To protect sensitive wildlife from disturbance, volunteers with Team OCEAN paddle the waters of the bay and Elkhorn Slough, chatting with people about how to interact with sea otters, harbor seals, sea lions and other local wildlife. They also share information about the sanctuary and marine protected areas with local residents and visitors alike.

Wildlife etiquette, and wildlife survival

While serving as sanctuary ambassadors, they alert people to signs that show sea otters or other wildlife are anxious about the proximity of people, kayaks, dogs or boats. It’s not just a matter of teaching wildlife etiquette. Like Hollywood stars overwhelmed by the paparazzi, sea otters in particular are constantly in demand. The energy they expend avoiding well-meaning kayakers, paddle boarders and boaters could compromise their health, or drive them from areas when they’re disturbed.

Sanctuary First Flush volunteers head out during stormy weather to take water quality samples.
Sanctuary First Flush volunteers head out during stormy weather to take water quality samples.

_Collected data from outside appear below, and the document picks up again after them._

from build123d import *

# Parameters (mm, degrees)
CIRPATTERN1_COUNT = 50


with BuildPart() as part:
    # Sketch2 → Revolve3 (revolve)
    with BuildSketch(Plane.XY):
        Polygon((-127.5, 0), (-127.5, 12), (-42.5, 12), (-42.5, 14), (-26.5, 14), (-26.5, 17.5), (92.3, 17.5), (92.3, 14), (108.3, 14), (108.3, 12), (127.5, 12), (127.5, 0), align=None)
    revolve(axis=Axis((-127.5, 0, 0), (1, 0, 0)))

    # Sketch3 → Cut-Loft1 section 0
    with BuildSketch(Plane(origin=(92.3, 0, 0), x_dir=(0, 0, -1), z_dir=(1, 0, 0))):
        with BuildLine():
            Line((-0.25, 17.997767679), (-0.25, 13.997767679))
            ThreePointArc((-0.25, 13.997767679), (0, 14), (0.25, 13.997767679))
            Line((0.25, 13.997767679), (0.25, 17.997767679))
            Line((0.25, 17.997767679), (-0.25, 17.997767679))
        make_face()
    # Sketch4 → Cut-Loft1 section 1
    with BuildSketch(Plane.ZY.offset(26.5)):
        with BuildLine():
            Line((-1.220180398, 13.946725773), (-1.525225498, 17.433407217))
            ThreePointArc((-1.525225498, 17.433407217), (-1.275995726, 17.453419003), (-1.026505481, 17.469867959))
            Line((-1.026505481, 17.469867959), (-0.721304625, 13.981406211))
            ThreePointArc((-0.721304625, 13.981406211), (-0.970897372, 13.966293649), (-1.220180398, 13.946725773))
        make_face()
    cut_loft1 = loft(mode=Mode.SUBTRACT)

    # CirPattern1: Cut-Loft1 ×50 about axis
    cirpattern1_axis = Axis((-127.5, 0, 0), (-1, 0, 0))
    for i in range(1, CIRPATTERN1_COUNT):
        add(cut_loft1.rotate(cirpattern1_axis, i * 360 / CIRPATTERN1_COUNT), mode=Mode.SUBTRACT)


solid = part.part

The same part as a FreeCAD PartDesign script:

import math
import FreeCAD as App
import Part
import Sketcher
Q = App.Units.Quantity

doc = App.newDocument("Part")
body = doc.addObject("PartDesign::Body", "Body")

# Sketch on XY plane
sketch1 = body.newObject("Sketcher::SketchObject", "Sketch")
sketch1.AttachmentSupport = (doc.getObject("XY_Plane"), [""])
sketch1.MapMode = "FlatFace"
sketch1.addGeometry(Part.LineSegment(App.Vector(-127.5, 12, 0), App.Vector(-127.5, 0, 0)), False)
sketch1.addGeometry(Part.LineSegment(App.Vector(-127.5, 0, 0), App.Vector(127.5, 0, 0)), False)
sketch1.addGeometry(Part.LineSegment(App.Vector(127.5, 0, 0), App.Vector(127.5, 12, 0)), False)
sketch1.addGeometry(Part.LineSegment(App.Vector(127.5, 12, 0), App.Vector(108.3, 12, 0)), False)
sketch1.addGeometry(Part.LineSegment(App.Vector(108.3, 12, 0), App.Vector(108.3, 14, 0)), False)
sketch1.addGeometry(Part.LineSegment(App.Vector(108.3, 14, 0), App.Vector(92.3, 14, 0)), False)
sketch1.addGeometry(Part.LineSegment(App.Vector(92.3, 14, 0), App.Vector(92.3, 17.5, 0)), False)
sketch1.addGeometry(Part.LineSegment(App.Vector(92.3, 17.5, 0), App.Vector(-26.5, 17.5, 0)), False)
sketch1.addGeometry(Part.LineSegment(App.Vector(-26.5, 17.5, 0), App.Vector(-26.5, 14, 0)), False)
sketch1.addGeometry(Part.LineSegment(App.Vector(-26.5, 14, 0), App.Vector(-42.5, 14, 0)), False)
sketch1.addGeometry(Part.LineSegment(App.Vector(-42.5, 14, 0), App.Vector(-42.5, 12, 0)), False)
sketch1.addGeometry(Part.LineSegment(App.Vector(-42.5, 12, 0), App.Vector(-127.5, 12, 0)), False)
sketch1.addConstraint(Sketcher.Constraint("Coincident", 0, 2, 1, 1))
sketch1.addConstraint(Sketcher.Constraint("Coincident", 1, 2, 2, 1))
sketch1.addConstraint(Sketcher.Constraint("Coincident", 2, 2, 3, 1))
sketch1.addConstraint(Sketcher.Constraint("Coincident", 3, 2, 4, 1))
sketch1.addConstraint(Sketcher.Constraint("Coincident", 4, 2, 5, 1))
sketch1.addConstraint(Sketcher.Constraint("Coincident", 5, 2, 6, 1))
sketch1.addConstraint(Sketcher.Constraint("Coincident", 6, 2, 7, 1))
sketch1.addConstraint(Sketcher.Constraint("Coincident", 7, 2, 8, 1))
sketch1.addConstraint(Sketcher.Constraint("Coincident", 8, 2, 9, 1))
sketch1.addConstraint(Sketcher.Constraint("Coincident", 9, 2, 10, 1))
sketch1.addConstraint(Sketcher.Constraint("Coincident", 10, 2, 11, 1))
sketch1.addConstraint(Sketcher.Constraint("Coincident", 11, 2, 0, 1))
sketch1.addConstraint(Sketcher.Constraint("Vertical", 0))
sketch1.addConstraint(Sketcher.Constraint("Horizontal", 1))
sketch1.addConstraint(Sketcher.Constraint("Vertical", 2))
sketch1.addConstraint(Sketcher.Constraint("Horizontal", 3))
sketch1.addConstraint(Sketcher.Constraint("Vertical", 4))
sketch1.addConstraint(Sketcher.Constraint("Horizontal", 5))
sketch1.addConstraint(Sketcher.Constraint("Vertical", 6))
sketch1.addConstraint(Sketcher.Constraint("Horizontal", 7))
sketch1.addConstraint(Sketcher.Constraint("Vertical", 8))
sketch1.addConstraint(Sketcher.Constraint("Horizontal", 9))
sketch1.addConstraint(Sketcher.Constraint("Vertical", 10))
sketch1.addConstraint(Sketcher.Constraint("Horizontal", 11))
sketch1.addConstraint(Sketcher.Constraint("Symmetric", 0, 2, 1, 2, -1, 1))
sketch1.addConstraint(Sketcher.Constraint("Horizontal", 5, 2, 8, 2))
sketch1.addConstraint(Sketcher.Constraint("Horizontal", 3, 2, 10, 2))
sketch1.addConstraint(Sketcher.Constraint("Equal", 5, 9))
sketch1.addConstraint(Sketcher.Constraint("DistanceX", 1, 1, 1, 2, 255.0))
sketch1.addConstraint(Sketcher.Constraint("DistanceX", 5, 2, 5, 1, 16.0))
sketch1.addConstraint(Sketcher.Constraint("DistanceX", 11, 2, 11, 1, 85.0))
sketch1.addConstraint(Sketcher.Constraint("DistanceY", 0, 2, 0, 1, 12.0))
sketch1.addConstraint(Sketcher.Constraint("DistanceY", 4, 1, 4, 2, 2.0))
sketch1.addConstraint(Sketcher.Constraint("DistanceX", 3, 2, 3, 1, 19.2))
sketch1.addConstraint(Sketcher.Constraint("DistanceY", 6, 1, 6, 2, 3.5))
revolution = body.newObject("PartDesign::Revolution", "Revolution")
revolution.Profile = sketch1
revolution.ReferenceAxis = (sketch1, ["H_Axis"])
revolution.Angle = 360

# Sketch on YZ plane
sketch2 = body.newObject("Sketcher::SketchObject", "Sketch001")
sketch2.AttachmentSupport = (doc.getObject("YZ_Plane"), [""])
sketch2.MapMode = "FlatFace"
sketch2.AttachmentOffset = App.Placement(App.Vector(0, 0, 92.3), App.Rotation())
sketch2.addGeometry(Part.LineSegment(App.Vector(18, 0.2, 0), App.Vector(14, 0.2, 0)), False)
sketch2.addGeometry(Part.ArcOfCircle(Part.Circle(App.Vector(0, 0, 0), App.Vector(0, 0, 1), 14), math.radians(-1.02), math.radians(1.02)), False)
sketch2.addGeometry(Part.LineSegment(App.Vector(14, -0.2, 0), App.Vector(18, -0.2, 0)), False)
sketch2.addGeometry(Part.LineSegment(App.Vector(18, -0.2, 0), App.Vector(18, 0.2, 0)), False)
sketch2.addConstraint(Sketcher.Constraint("Coincident", 0, 2, 1, 2))
sketch2.addConstraint(Sketcher.Constraint("Coincident", 1, 1, 2, 1))
sketch2.addConstraint(Sketcher.Constraint("Coincident", 2, 2, 3, 1))
sketch2.addConstraint(Sketcher.Constraint("Coincident", 3, 2, 0, 1))
sketch2.addConstraint(Sketcher.Constraint("Horizontal", 0))
sketch2.addConstraint(Sketcher.Constraint("Horizontal", 2))
sketch2.addConstraint(Sketcher.Constraint("Vertical", 3))
sketch2.addConstraint(Sketcher.Constraint("Coincident", 1, 3, -1, 1))
sketch2.addConstraint(Sketcher.Constraint("Vertical", 0, 2, 1, 1))
sketch2.addConstraint(Sketcher.Constraint("Radius", 1, 13.999999))
sketch2.addConstraint(Sketcher.Constraint("DistanceX", 0, 2, 0, 1, 4.0))
sketch2.addConstraint(Sketcher.Constraint("DistanceY", 3, 1, 3, 2, 0.5))

# Sketch on YZ plane
sketch3 = body.newObject("Sketcher::SketchObject", "Sketch002")
sketch3.AttachmentSupport = (doc.getObject("YZ_Plane"), [""])
sketch3.MapMode = "FlatFace"
sketch3.AttachmentOffset = App.Placement(App.Vector(0, 0, -26.5), App.Rotation())
sketch3.addGeometry(Part.LineSegment(App.Vector(17.4, -1.5, 0), App.Vector(13.9, -1.2, 0)), False)
sketch3.addGeometry(Part.ArcOfCircle(Part.Circle(App.Vector(0, 0, 0), App.Vector(0, 0, 1), 14), math.radians(-5), math.radians(-2.95)), False)
sketch3.addGeometry(Part.LineSegment(App.Vector(14, -0.7, 0), App.Vector(17.5, -1, 0)), False)
sketch3.addGeometry(Part.ArcOfCircle(Part.Circle(App.Vector(0, 0, 0), App.Vector(0, 0, 1), 17.5), math.radians(-5), math.radians(-3.36)), False)
sketch3.addConstraint(Sketcher.Constraint("Coincident", 0, 2, 1, 1))
sketch3.addConstraint(Sketcher.Constraint("Coincident", 1, 2, 2, 1))
sketch3.addConstraint(Sketcher.Constraint("Coincident", 2, 2, 3, 2))
sketch3.addConstraint(Sketcher.Constraint("Coincident", 3, 1, 0, 1))
sketch3.addConstraint(Sketcher.Constraint("Coincident", 1, 3, -1, 1))
sketch3.addConstraint(Sketcher.Constraint("Coincident", 3, 3, -1, 1))
sketch3.addConstraint(Sketcher.Constraint("Parallel", 0, 2))
sketch3.addConstraint(Sketcher.Constraint("Radius", 1, 14.0))
sketch3.addConstraint(Sketcher.Constraint("Angle", 0, Q("175 deg")))
sketch3.addConstraint(Sketcher.Constraint("Distance", 0, 3.5))
sketch3.addConstraint(Sketcher.Constraint("DistanceX", 1, 2, 3, 1, 3.452001))
sketch3.addConstraint(Sketcher.Constraint("DistanceY", 0, 2, -1, 1, 1.22018))

subtractiveloft = body.newObject("PartDesign::SubtractiveLoft", "SubtractiveLoft")
subtractiveloft.Profile = sketch2
subtractiveloft.Sections = [sketch3]
doc.recompute()

polarpattern = body.newObject("PartDesign::PolarPattern", "PolarPattern")
polarpattern.Originals = [subtractiveloft]
polarpattern.Axis = (doc.getObject("X_Axis"), [""])
polarpattern.Angle = 360
polarpattern.Occurrences = 50
body.Tip = polarpattern

doc.recompute()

The first major rainstorm of the year carries with it a large volume of pollutants that run off city streets and straight into local waterways and – ultimately – out into the Sanctuary. A dedicated (some might say crazy!) group of volunteers heads out during the downpour to collect water samples – the First Flush – at storm drain outfalls. Data from First Flush is used by local cities to help them track whether their efforts to improve water quality are keeping pollutants from making it to the ocean.

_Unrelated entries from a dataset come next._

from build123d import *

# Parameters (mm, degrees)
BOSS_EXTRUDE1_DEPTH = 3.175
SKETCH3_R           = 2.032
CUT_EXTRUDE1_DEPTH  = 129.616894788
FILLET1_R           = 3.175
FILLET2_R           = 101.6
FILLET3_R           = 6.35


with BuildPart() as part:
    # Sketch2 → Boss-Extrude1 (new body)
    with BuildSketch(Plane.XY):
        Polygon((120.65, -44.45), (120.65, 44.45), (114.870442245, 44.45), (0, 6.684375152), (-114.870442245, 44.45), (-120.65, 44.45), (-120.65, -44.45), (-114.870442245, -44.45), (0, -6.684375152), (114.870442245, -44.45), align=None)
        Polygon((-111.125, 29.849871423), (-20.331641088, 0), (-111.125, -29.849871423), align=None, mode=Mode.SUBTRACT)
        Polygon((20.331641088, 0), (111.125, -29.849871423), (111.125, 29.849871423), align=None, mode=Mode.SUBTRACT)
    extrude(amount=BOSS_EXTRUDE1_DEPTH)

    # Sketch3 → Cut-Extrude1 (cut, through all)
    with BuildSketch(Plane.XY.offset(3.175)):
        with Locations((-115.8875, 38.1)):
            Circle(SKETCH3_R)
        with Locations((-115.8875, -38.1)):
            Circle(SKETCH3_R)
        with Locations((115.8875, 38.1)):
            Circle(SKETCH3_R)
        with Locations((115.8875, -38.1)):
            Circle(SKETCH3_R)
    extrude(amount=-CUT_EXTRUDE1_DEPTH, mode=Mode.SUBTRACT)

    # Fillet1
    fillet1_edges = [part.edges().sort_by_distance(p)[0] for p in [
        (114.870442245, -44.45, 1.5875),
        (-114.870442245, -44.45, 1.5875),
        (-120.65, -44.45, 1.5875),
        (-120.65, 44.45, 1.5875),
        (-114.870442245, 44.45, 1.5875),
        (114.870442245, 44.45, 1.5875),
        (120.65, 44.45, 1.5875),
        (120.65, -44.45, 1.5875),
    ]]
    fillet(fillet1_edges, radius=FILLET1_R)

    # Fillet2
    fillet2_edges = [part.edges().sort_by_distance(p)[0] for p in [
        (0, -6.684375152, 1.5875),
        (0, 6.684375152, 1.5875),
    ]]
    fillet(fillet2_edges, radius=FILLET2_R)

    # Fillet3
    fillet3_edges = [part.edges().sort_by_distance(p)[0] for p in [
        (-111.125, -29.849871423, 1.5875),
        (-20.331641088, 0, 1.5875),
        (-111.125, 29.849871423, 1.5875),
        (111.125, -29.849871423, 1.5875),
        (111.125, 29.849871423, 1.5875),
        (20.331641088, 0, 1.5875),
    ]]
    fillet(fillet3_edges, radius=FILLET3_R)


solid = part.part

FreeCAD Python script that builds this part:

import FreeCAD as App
import Part
import Sketcher
from FreeCAD import Vector
Q = App.Units.Quantity


def edges_at(feature, points):
    """Names of the edges that pass closest to the given points."""
    edges = feature.Shape.Edges
    near = lambda p: min(range(len(edges)), key=lambda i: edges[i].distToShape(Part.Vertex(*p))[0])
    return sorted({f"Edge{near(p) + 1}" for p in points})


def add_polygon(sketch, points):
    """Adds a closed chain of lines whose ends are joined by coincident constraints."""
    first, n = sketch.GeometryCount, len(points)
    for a, b in zip(points, points[1:] + points[:1]):
        sketch.addGeometry(Part.LineSegment(App.Vector(*a, 0), App.Vector(*b, 0)), False)
    for i in range(n):
        sketch.addConstraint(Sketcher.Constraint("Coincident", first + i, 2, first + (i + 1) % n, 1))

doc = App.newDocument("Part")
body = doc.addObject("PartDesign::Body", "Body")

# Sketch on XY plane
sketch1 = doc.addObject("Sketcher::SketchObject", "Sketch")
body.addObject(sketch1)
sketch1.AttachmentSupport = (doc.XY_Plane, [""])
sketch1.MapMode = "FlatFace"
add_polygon(sketch1, [(121, -44), (121, 44), (115, 44), (0, 7), (-115, 44), (-121, 44), (-121, -44), (-115, -44), (0, -7), (115, -44)])  # lines 0-9
add_polygon(sketch1, [(-111, -30), (-111, 30), (-20, 0)])  # lines 10-12
add_polygon(sketch1, [(111, -30), (20, 0), (111, 30)])  # lines 13-15
sketch1.addConstraint(Sketcher.Constraint("Vertical", 0))
sketch1.addConstraint(Sketcher.Constraint("Horizontal", 1))
sketch1.addConstraint(Sketcher.Constraint("Horizontal", 4))
sketch1.addConstraint(Sketcher.Constraint("Vertical", 5))
sketch1.addConstraint(Sketcher.Constraint("Horizontal", 6))
sketch1.addConstraint(Sketcher.Constraint("Horizontal", 9))
sketch1.addConstraint(Sketcher.Constraint("Vertical", 10))
sketch1.addConstraint(Sketcher.Constraint("Vertical", 15))
sketch1.addConstraint(Sketcher.Constraint("Symmetric", 0, 2, 5, 2, -1, 1))
sketch1.addConstraint(Sketcher.Constraint("Symmetric", 2, 2, 7, 2, -1, 1))
sketch1.addConstraint(Sketcher.Constraint("Symmetric", 3, 2, 8, 2, -1, 1))
sketch1.addConstraint(Sketcher.Constraint("Symmetric", 11, 2, 13, 2, -1, 1))
sketch1.addConstraint(Sketcher.Constraint("Symmetric", 12, 2, 14, 2, -1, 1))
sketch1.addConstraint(Sketcher.Constraint("Symmetric", 1, 2, 3, 2, -2))
sketch1.addConstraint(Sketcher.Constraint("PointOnObject", 2, 2, -2))
sketch1.addConstraint(Sketcher.Constraint("PointOnObject", 11, 2, -1))
sketch1.addConstraint(Sketcher.Constraint("Parallel", 2, 7))
sketch1.addConstraint(Sketcher.Constraint("Parallel", 8, 11))
sketch1.addConstraint(Sketcher.Constraint("Parallel", 7, 12))
sketch1.addConstraint(Sketcher.Constraint("Parallel", 11, 13))
sketch1.addConstraint(Sketcher.Constraint("DistanceY", 0, 1, 0, 2, Q("3.5 in")))
sketch1.addConstraint(Sketcher.Constraint("DistanceX", 4, 2, 0, 2, Q("9.5 in")))
sketch1.addConstraint(Sketcher.Constraint("DistanceX", 10, 2, -1, 1, Q("4.375 in")))
sketch1.addConstraint(Sketcher.Constraint("DistanceX", 3, 2, 11, 2, Q("3.722 in")))
sketch1.addConstraint(Sketcher.Constraint("Distance", 11, Q("95.574311 mm")))
sketch1.addConstraint(Sketcher.Constraint("DistanceX", 1, 2, 1, 1, Q("5.779558 mm")))
pad1 = doc.addObject("PartDesign::Pad", "Pad")
body.addObject(pad1)
pad1.Profile = sketch1
pad1.Length = Q("0.125 in")

# Sketch on XY plane
sketch2 = doc.addObject("Sketcher::SketchObject", "Sketch001")
body.addObject(sketch2)
sketch2.AttachmentSupport = (doc.XY_Plane, [""])
sketch2.MapMode = "FlatFace"
sketch2.AttachmentOffset = App.Placement(Vector(0, 0, 0.125 * 25.4), App.Rotation())
sketch2.addGeometry(Part.Circle(Vector(-115.9, 38.1, 0), Vector(0, 0, 1), 2), False)
sketch2.addGeometry(Part.Circle(Vector(-115.9, -38.1, 0), Vector(0, 0, 1), 2), False)
sketch2.addGeometry(Part.Circle(Vector(115.9, 38.1, 0), Vector(0, 0, 1), 2), False)
sketch2.addGeometry(Part.Circle(Vector(115.9, -38.1, 0), Vector(0, 0, 1), 2), False)
sketch2.addConstraint(Sketcher.Constraint("Equal", 0, 1))
sketch2.addConstraint(Sketcher.Constraint("Equal", 1, 2))
sketch2.addConstraint(Sketcher.Constraint("Equal", 2, 3))
sketch2.addConstraint(Sketcher.Constraint("Symmetric", 1, 3, 2, 3, -1, 1))
sketch2.addConstraint(Sketcher.Constraint("Symmetric", 0, 3, 3, 3, -1, 1))
sketch2.addConstraint(Sketcher.Constraint("Symmetric", 0, 3, 2, 3, -2))
sketch2.addConstraint(Sketcher.Constraint("Diameter", 0, Q("0.16 in")))
sketch2.addConstraint(Sketcher.Constraint("DistanceY", 1, 3, 0, 3, Q("3 in")))
sketch2.addConstraint(Sketcher.Constraint("DistanceX", 0, 3, -1, 1, Q("4.5625 in")))
pocket1 = doc.addObject("PartDesign::Pocket", "Pocket")
body.addObject(pocket1)
pocket1.Profile = sketch2
pocket1.Type = "ThroughAll"
doc.recompute()

fillet = doc.addObject("PartDesign::Fillet", "Fillet")
body.addObject(fillet)
fillet.Base = (pocket1, edges_at(pocket1, [
    (114.87, -44.45, 1.587),
    (-114.87, -44.45, 1.587),
    (-120.65, -44.45, 1.587),
    (-120.65, 44.45, 1.587),
    (-114.87, 44.45, 1.587),
    (114.87, 44.45, 1.587),
    (120.65, 44.45, 1.587),
    (120.65, -44.45, 1.587),
]))
fillet.Radius = Q("0.125 in")
doc.recompute()

fillet2 = doc.addObject("PartDesign::Fillet", "Fillet001")
body.addObject(fillet2)
fillet2.Base = (fillet, edges_at(fillet, [(0, -6.684, 1.587), (0, 6.684, 1.587)]))
fillet2.Radius = Q("4 in")
doc.recompute()

fillet3 = doc.addObject("PartDesign::Fillet", "Fillet002")
body.addObject(fillet3)
fillet3.Base = (fillet2, edges_at(fillet2, [
    (-111.125, -29.85, 1.587),
    (-20.332, 0, 1.587),
    (-111.125, 29.85, 1.587),
    (111.125, -29.85, 1.587),
    (111.125, 29.85, 1.587),
    (20.332, 0, 1.587),
]))
fillet3.Radius = Q("0.25 in")

doc.recompute()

Snapshot Day is a one-day water quality event that stretches along 300 miles of coastline, from Pacifica to Morro Bay. At some 150 sites on creeks and rivers that flow into the Sanctuary, volunteer teams take field measurements: of water temperature, pH, dissolved oxygen and transparency/turbidity.

Testing the waters

 Additional samples are sent to labs to be tested for nitrate, phosphate and E. coli bacteria. Monitoring determines the health of each waterway, and whether its water quality is good enough to support cold-water fish. Data from Snapshot Day is used by local and state resource managers to determine if water bodies should be included on the state’s list of impaired waterways, as well as to identify which waterways are in need of restoration.

Water quality sampling on Snapshot Day paints a picture about the health of streams and rivers as they flow into the ocean.
Water quality sampling on Snapshot Day paints a picture about the health of streams and rivers as they flow into the ocean.

Urban Watch is a dry-weather monitoring program that focuses on common urban pollutants flowing into the sanctuary from city streets and neighborhoods through storm drains.  Urban Watch volunteers test water samples for detergents, ammonia, phosphate and chlorine. City officials use these data to determine where they need to reach out with more public education so their residents can better manage chemical use around their homes – and where the city needs to repair or replace portions of its storm drain and sanitary sewer network.

There are many other ways to become active as a citizen scientist, including observing wildlife on the bay, helping out at the Sanctuary Interpretation Center, or sharing wildlife observations with visitors along the shoreline. Together these efforts contribute to the health of the Sanctuary, and the creatures that call it home.